Stored data entries:
>>>
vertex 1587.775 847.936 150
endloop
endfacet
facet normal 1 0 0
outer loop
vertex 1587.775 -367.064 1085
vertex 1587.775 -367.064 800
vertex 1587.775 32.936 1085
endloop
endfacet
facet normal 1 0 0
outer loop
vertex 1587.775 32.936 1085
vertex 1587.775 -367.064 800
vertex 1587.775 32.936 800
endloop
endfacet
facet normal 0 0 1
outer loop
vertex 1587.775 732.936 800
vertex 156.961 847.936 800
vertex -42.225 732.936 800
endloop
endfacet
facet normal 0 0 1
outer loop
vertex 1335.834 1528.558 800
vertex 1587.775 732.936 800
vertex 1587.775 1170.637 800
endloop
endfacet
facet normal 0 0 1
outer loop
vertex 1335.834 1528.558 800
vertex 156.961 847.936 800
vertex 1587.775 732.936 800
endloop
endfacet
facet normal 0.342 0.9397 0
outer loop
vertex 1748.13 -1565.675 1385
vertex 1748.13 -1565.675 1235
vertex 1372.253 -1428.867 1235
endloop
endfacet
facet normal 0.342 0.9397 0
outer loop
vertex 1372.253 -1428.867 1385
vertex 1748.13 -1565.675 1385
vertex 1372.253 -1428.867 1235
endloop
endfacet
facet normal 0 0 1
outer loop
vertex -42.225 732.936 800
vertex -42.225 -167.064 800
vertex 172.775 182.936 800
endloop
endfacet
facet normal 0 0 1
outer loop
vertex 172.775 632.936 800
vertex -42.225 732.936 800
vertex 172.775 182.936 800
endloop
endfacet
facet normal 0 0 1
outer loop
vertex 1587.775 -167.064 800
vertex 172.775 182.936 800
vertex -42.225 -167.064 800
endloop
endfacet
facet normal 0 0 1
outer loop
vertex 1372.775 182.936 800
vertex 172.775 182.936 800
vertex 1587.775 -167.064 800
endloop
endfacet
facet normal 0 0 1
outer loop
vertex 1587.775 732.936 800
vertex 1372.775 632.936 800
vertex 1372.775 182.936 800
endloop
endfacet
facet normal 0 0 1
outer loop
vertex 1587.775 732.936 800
<<<
>>>
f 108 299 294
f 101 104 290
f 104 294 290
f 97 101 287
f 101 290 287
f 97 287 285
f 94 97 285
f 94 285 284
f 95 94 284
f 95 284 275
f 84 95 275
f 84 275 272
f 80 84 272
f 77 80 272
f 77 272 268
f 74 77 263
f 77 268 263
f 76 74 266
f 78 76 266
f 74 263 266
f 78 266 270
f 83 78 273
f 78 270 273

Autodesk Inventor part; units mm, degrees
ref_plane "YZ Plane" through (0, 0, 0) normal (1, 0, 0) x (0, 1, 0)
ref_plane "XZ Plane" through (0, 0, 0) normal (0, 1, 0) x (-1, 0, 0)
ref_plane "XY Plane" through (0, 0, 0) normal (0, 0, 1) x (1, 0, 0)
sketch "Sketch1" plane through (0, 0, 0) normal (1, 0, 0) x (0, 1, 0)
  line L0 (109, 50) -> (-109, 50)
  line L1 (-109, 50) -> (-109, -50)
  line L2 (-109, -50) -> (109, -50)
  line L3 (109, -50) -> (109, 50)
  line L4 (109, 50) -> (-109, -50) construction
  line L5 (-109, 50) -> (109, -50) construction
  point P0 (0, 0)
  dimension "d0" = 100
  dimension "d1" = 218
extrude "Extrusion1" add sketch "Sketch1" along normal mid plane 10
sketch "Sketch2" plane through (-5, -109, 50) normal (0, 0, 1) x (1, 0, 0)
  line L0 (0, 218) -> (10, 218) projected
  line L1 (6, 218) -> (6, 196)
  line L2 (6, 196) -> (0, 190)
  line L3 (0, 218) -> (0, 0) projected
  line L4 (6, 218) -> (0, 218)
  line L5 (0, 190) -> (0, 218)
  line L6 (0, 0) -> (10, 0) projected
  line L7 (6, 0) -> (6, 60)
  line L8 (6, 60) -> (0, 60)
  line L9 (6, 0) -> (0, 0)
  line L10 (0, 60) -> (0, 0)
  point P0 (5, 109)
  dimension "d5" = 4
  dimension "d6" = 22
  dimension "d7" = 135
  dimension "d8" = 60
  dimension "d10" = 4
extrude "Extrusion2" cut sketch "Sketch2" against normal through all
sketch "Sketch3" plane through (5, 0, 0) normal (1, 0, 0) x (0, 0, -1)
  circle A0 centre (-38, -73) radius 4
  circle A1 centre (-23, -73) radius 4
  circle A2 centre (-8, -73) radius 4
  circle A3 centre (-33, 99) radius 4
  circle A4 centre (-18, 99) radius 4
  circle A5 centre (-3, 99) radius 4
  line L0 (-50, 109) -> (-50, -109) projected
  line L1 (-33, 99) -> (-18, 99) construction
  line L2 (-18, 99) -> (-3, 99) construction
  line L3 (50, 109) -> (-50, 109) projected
<<<
>>>
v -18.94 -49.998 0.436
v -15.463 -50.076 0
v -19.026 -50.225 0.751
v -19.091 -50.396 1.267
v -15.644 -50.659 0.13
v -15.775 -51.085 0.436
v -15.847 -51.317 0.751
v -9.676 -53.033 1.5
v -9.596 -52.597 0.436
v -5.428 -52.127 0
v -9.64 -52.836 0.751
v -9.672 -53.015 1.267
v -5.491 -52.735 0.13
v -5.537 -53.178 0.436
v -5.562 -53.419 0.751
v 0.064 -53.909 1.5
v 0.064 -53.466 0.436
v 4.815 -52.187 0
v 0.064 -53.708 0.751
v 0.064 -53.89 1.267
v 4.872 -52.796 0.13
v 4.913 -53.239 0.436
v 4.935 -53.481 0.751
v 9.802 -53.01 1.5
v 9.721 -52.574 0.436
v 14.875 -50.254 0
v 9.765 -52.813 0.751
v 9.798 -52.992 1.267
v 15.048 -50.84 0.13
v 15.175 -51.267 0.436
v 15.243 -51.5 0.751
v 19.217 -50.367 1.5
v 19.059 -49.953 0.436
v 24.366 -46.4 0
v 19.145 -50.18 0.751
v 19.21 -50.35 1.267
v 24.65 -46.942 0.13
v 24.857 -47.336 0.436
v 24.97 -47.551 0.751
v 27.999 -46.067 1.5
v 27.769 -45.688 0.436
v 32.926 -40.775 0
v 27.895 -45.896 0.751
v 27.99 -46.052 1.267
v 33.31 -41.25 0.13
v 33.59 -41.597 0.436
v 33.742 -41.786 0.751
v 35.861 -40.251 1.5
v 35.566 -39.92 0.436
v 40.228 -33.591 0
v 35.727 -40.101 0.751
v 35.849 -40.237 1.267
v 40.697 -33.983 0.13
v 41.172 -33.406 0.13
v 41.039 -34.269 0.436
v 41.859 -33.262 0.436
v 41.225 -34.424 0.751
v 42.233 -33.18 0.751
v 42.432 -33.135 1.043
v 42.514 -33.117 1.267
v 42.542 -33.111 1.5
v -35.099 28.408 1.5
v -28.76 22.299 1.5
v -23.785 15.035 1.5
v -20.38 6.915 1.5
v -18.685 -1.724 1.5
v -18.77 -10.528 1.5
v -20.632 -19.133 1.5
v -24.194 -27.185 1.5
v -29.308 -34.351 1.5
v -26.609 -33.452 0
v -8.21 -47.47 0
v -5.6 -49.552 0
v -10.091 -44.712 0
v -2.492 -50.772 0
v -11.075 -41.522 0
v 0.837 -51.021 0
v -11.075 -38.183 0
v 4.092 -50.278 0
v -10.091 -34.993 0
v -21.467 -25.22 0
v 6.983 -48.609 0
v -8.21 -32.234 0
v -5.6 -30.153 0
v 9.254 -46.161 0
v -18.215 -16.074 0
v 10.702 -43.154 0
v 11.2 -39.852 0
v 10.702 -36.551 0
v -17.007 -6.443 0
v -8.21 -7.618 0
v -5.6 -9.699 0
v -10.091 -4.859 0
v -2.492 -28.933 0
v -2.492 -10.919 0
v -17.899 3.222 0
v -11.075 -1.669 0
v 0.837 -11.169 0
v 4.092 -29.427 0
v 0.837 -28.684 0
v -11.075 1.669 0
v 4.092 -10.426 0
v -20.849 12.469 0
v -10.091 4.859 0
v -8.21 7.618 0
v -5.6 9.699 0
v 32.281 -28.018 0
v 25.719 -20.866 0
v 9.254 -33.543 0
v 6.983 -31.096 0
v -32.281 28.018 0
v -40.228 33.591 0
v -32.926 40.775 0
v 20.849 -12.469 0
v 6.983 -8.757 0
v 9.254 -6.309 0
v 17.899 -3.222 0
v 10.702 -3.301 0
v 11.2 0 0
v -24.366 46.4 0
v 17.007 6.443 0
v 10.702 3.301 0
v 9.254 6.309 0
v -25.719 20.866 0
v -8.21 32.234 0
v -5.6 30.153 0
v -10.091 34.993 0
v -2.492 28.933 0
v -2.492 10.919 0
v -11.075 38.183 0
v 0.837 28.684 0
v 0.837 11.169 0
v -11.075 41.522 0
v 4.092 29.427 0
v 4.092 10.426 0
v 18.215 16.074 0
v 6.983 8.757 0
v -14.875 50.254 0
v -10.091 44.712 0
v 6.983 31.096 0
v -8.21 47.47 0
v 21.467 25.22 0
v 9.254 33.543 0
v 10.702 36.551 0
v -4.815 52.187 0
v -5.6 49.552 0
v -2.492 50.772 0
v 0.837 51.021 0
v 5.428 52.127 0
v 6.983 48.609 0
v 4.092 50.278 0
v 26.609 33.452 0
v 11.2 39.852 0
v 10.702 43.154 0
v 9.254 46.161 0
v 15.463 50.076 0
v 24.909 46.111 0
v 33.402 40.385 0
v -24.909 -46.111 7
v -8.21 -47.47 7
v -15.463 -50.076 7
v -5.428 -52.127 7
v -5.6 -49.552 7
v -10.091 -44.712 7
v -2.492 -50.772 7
<<<
TASK REQUIREMENTS
The lines to copy are those above that contain the string "extrude".

YOUR SOLUTION
extrude "Extrusion1" add sketch "Sketch1" along normal mid plane 10
extrude "Extrusion2" cut sketch "Sketch2" against normal through all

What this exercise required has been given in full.